PROBLEM TO WORK ON
Write out again, exactly, the lines below starting at the one with "f 115 118 168" and ending at the one with "f 124 175 176".

GIVEN RECORDS
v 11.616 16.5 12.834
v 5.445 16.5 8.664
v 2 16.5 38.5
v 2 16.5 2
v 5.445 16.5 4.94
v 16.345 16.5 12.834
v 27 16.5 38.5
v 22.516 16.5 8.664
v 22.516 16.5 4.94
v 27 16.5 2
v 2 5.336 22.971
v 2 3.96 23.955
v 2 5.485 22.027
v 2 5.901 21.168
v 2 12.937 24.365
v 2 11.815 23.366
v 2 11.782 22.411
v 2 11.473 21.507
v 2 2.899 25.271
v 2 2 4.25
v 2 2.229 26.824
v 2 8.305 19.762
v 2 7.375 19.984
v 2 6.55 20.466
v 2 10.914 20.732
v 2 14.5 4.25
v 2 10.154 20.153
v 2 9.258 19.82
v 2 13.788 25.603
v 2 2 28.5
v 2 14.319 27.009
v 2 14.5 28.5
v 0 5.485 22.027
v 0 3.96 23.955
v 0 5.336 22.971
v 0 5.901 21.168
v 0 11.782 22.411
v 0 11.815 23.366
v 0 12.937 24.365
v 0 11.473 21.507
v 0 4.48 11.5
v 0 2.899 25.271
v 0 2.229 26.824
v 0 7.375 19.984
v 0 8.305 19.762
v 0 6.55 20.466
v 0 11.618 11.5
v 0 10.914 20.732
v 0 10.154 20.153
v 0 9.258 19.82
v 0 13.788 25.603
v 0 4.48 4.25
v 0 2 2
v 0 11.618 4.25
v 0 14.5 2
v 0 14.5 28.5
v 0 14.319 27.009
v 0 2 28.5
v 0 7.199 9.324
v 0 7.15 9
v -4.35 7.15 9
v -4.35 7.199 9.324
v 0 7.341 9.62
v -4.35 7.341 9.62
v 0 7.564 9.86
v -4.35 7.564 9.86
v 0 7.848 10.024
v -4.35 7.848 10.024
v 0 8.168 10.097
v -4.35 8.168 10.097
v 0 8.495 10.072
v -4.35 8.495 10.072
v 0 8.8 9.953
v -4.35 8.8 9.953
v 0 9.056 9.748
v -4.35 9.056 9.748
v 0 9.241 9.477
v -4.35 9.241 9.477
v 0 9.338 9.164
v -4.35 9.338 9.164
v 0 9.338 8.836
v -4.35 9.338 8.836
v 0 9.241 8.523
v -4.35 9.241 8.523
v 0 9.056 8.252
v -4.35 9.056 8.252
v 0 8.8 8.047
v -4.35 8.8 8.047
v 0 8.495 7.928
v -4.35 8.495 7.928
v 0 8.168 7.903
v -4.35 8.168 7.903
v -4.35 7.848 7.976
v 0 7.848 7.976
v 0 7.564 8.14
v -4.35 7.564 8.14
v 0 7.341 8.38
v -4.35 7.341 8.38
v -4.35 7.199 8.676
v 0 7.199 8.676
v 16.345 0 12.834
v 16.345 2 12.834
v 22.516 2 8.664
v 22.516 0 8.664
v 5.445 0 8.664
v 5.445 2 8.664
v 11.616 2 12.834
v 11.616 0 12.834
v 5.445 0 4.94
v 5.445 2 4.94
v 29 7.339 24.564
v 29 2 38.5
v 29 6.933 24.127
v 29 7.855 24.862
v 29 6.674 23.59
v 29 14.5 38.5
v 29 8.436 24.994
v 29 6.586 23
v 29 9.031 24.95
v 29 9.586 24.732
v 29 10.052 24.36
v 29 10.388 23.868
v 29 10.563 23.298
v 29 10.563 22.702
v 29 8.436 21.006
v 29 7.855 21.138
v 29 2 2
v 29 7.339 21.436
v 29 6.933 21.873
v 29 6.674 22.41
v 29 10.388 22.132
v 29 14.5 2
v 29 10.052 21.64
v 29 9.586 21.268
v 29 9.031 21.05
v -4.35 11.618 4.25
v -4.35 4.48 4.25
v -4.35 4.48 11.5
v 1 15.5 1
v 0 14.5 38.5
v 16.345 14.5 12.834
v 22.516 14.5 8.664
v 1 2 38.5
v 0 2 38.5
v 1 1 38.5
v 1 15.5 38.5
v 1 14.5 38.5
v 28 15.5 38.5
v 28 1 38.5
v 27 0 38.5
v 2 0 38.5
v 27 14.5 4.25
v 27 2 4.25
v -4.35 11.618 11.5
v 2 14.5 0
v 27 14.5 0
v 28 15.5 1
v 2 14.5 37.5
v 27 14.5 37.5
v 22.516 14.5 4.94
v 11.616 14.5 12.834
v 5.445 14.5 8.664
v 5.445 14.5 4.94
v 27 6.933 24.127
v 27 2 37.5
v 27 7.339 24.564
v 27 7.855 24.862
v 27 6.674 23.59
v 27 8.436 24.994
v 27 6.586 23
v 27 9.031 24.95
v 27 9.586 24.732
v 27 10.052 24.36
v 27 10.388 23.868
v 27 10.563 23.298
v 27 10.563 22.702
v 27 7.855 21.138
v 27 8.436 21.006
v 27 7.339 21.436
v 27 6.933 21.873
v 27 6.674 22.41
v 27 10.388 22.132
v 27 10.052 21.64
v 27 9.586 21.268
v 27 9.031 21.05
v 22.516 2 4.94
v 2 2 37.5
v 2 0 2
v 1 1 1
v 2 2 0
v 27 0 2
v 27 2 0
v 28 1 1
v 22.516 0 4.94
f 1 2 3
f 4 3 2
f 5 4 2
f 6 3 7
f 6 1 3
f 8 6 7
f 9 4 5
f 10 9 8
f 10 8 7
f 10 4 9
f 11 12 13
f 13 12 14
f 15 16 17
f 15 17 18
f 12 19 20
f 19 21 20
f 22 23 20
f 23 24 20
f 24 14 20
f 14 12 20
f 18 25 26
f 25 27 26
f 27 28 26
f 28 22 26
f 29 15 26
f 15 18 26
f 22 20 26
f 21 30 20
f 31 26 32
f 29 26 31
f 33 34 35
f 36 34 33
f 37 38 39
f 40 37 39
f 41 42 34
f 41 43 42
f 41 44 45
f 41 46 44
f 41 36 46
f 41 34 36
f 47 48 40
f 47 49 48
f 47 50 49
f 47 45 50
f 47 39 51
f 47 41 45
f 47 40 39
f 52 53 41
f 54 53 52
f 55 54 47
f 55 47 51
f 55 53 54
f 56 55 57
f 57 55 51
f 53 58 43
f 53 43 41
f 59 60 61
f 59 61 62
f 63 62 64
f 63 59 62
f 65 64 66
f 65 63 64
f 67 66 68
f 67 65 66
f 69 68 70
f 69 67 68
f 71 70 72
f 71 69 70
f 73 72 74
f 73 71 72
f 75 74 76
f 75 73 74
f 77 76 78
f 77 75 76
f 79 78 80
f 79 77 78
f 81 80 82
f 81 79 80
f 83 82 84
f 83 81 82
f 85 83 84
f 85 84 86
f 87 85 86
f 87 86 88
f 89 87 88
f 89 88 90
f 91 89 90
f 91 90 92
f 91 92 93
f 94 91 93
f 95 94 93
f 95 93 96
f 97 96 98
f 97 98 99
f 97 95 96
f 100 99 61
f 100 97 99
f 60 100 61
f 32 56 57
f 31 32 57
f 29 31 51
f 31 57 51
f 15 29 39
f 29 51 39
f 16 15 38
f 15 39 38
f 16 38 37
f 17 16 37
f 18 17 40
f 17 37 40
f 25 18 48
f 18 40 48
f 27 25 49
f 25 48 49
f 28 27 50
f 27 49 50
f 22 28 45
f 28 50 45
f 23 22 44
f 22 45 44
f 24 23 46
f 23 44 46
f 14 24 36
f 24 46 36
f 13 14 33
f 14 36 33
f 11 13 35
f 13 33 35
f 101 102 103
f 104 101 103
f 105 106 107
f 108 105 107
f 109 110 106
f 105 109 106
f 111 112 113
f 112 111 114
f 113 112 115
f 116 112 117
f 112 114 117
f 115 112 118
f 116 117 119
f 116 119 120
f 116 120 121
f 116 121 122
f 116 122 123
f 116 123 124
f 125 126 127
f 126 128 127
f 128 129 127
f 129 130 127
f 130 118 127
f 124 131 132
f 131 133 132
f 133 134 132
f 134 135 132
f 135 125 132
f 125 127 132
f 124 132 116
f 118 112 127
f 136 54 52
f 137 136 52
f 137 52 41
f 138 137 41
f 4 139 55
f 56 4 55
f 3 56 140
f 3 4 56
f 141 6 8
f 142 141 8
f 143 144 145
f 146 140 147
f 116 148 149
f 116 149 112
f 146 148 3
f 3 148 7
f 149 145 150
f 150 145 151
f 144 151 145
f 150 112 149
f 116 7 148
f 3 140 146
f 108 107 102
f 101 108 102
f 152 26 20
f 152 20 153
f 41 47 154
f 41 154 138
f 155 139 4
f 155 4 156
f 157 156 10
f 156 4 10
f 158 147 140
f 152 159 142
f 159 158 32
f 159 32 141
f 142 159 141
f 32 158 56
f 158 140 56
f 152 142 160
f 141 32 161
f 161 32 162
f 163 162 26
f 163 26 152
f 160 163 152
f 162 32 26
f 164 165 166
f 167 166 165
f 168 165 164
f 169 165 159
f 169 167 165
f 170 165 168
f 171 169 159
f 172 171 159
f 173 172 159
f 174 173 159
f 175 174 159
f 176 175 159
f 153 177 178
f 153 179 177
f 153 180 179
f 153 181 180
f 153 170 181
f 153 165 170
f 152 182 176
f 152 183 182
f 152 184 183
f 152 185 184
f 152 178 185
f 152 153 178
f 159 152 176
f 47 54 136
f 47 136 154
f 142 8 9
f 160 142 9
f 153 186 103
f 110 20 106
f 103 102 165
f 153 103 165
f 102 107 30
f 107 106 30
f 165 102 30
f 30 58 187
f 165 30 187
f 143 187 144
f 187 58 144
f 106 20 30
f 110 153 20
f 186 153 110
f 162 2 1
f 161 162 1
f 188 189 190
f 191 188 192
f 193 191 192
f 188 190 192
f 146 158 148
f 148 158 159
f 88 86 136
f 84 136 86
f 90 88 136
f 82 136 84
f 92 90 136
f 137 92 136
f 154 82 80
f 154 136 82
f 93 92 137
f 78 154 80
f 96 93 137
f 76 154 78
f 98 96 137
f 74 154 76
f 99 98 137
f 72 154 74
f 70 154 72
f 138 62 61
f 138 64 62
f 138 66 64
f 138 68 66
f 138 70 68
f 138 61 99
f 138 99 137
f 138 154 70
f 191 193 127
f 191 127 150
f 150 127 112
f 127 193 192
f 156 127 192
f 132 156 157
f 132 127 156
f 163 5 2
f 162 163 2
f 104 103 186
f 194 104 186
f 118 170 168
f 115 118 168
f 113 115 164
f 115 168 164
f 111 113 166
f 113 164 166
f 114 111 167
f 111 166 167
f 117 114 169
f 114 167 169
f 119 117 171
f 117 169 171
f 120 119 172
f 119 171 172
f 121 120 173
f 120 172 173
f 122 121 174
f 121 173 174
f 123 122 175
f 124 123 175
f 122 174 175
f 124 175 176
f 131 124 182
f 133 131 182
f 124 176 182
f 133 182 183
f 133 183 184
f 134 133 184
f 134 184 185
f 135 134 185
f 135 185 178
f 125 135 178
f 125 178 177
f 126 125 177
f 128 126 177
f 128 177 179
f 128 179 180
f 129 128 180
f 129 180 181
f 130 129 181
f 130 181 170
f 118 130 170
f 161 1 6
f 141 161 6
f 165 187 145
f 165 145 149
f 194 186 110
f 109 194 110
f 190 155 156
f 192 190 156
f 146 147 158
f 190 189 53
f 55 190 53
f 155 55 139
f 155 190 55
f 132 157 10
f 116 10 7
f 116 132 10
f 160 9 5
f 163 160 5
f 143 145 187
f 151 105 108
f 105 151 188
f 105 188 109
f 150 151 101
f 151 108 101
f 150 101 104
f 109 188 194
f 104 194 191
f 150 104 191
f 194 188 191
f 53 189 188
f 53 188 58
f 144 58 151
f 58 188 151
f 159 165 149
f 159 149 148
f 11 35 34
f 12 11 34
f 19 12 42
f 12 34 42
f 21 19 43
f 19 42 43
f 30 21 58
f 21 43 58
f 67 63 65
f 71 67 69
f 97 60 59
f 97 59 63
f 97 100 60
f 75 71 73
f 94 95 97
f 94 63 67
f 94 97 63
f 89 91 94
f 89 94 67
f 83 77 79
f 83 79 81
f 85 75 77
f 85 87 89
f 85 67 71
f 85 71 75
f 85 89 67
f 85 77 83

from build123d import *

# Parameters (mm, degrees)
F0_W      = 29
F0_H      = 16.5
F1_DEPTH  = 38.5
F2_T      = -2
F3_DEPTH  = 2.25
F4_SIZE   = 2
F5_SIZE   = 2
F6_SIZE   = 2
F7_SIZE   = 2
F8_SIZE   = 2
F9_SIZE   = 0.99999
F11_DEPTH = 16.501
F12_SIZE  = 2
F13_SIZE  = 2
F14_W     = 12.5
F14_H     = 2.3482141793
F15_DEPTH = 2
F16_R     = 2
F17_DEPTH = 2.001
F18_W     = 7.1378413203
F18_H     = 7.25
F18_R     = 1.1
F19_DEPTH = 4.35


# Not quite as in the source:
# - a fillet or chamfer is up to 0.001 mm smaller than in the source, because OpenCascade refuses the exact size


with BuildPart() as f1:
    # F0 (on Top) → F1 (new body)
    with BuildSketch(Plane.XY):
        with Locations((14.5, 8.25)):
            Rectangle(F0_W, F0_H)
    extrude(amount=F1_DEPTH)

    # F2
    f2_openings = [f1.faces().sort_by_distance(p)[0] for p in [
        (14.5, 8.25, 38.5),
    ]]
    offset(amount=F2_T, openings=f2_openings)

    # F3 (add): a face of the model
    f3_faces = [f1.faces().sort_by_distance(p)[0] for p in [
        (14.5, 8.25, 2),
    ]]
    extrude(f3_faces, amount=F3_DEPTH)

    # F4
    f4_edges = [f1.edges().sort_by_distance(p)[0] for p in [
        (0, 0, 19.25),
    ]]
    chamfer(f4_edges, length=F4_SIZE)

    # F5
    f5_edges = [f1.edges().sort_by_distance(p)[0] for p in [
        (0, 16.5, 19.25),
        (29, 0, 19.25),
    ]]
    chamfer(f5_edges, length=F5_SIZE)

    # F6
    f6_edges = [f1.edges().sort_by_distance(p)[0] for p in [
        (29, 16.5, 19.25),
    ]]
    chamfer(f6_edges, length=F6_SIZE)

    # F7
    f7_edges = [f1.edges().sort_by_distance(p)[0] for p in [
        (14.5, 0, 0),
    ]]
    chamfer(f7_edges, length=F7_SIZE)

    # F8
    f8_edges = [f1.edges().sort_by_distance(p)[0] for p in [
        (14.5, 16.5, 0),
    ]]
    chamfer(f8_edges, length=F8_SIZE)

    # F9 (size 1 in the source; OpenCascade refuses exactly that, so slightly less here)
    f9_edges = [f1.edges().sort_by_distance(p)[0] for p in [
        (14.5, 14.5, 38.5),
        (2, 8.25, 38.5),
        (14.5, 2, 38.5),
        (27, 8.25, 38.5),
    ]]
    chamfer(f9_edges, length=F9_SIZE)

    # F10 (on face) → F11 (cut, through all)
    with BuildSketch(Plane(origin=(0, 16.5, 0), x_dir=(-1, 0, 0), z_dir=(0, 1, 0))):
        Polygon((-16.345, 12.834), (-22.516, 8.664), (-22.516, 4.94), (-5.445, 4.94), (-5.445, 8.664), (-11.616, 12.834), align=None)
    extrude(amount=-F11_DEPTH, mode=Mode.SUBTRACT)

    # F12
    f12_edges = [f1.edges().sort_by_distance(p)[0] for p in [
        (0, 8.25, 0),
    ]]
    chamfer(f12_edges, length=F12_SIZE)

    # F13
    f13_edges = [f1.edges().sort_by_distance(p)[0] for p in [
        (29, 8.25, 0),
    ]]
    chamfer(f13_edges, length=F13_SIZE)

    # F14 (on face) → F15 (cut, through all)
    with BuildSketch(Plane(origin=(0, 0, 0), x_dir=(0, -1, 0), z_dir=(-1, 0, 0))):
        with BuildLine():
            ThreePointArc((-14.5, 28.5), (-8.25, 34.75), (-2, 28.5))
            Line((-2, 28.5), (-2, 38.5))
            Line((-2, 38.5), (-14.5, 38.5))
            Line((-14.5, 38.5), (-14.5, 28.5))
        make_face()
        with Locations((-8.25, 39.6741070896)):
            Rectangle(F14_W, F14_H)
        with BuildLine():
            Line((-14.5, 28.5), (-2, 28.5))
            ThreePointArc((-2, 28.5), (-8.25, 34.75), (-14.5, 28.5))
        make_face()
        with BuildLine():
            ThreePointArc((-11.8148919341, 23.3663808577), (-8.6306663931, 22.2616033232), (-5.335738673, 22.9710235198))
            ThreePointArc((-5.335738673, 22.9710235198), (-5.3356417901, 22.985511616), (-5.3356094956, 23))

ANSWER AREA
f 115 118 168
f 113 115 164
f 115 168 164
f 111 113 166
f 113 164 166
f 114 111 167
f 111 166 167
f 117 114 169
f 114 167 169
f 119 117 171
f 117 169 171
f 120 119 172
f 119 171 172
f 121 120 173
f 120 172 173
f 122 121 174
f 121 173 174
f 123 122 175
f 124 123 175
f 122 174 175
f 124 175 176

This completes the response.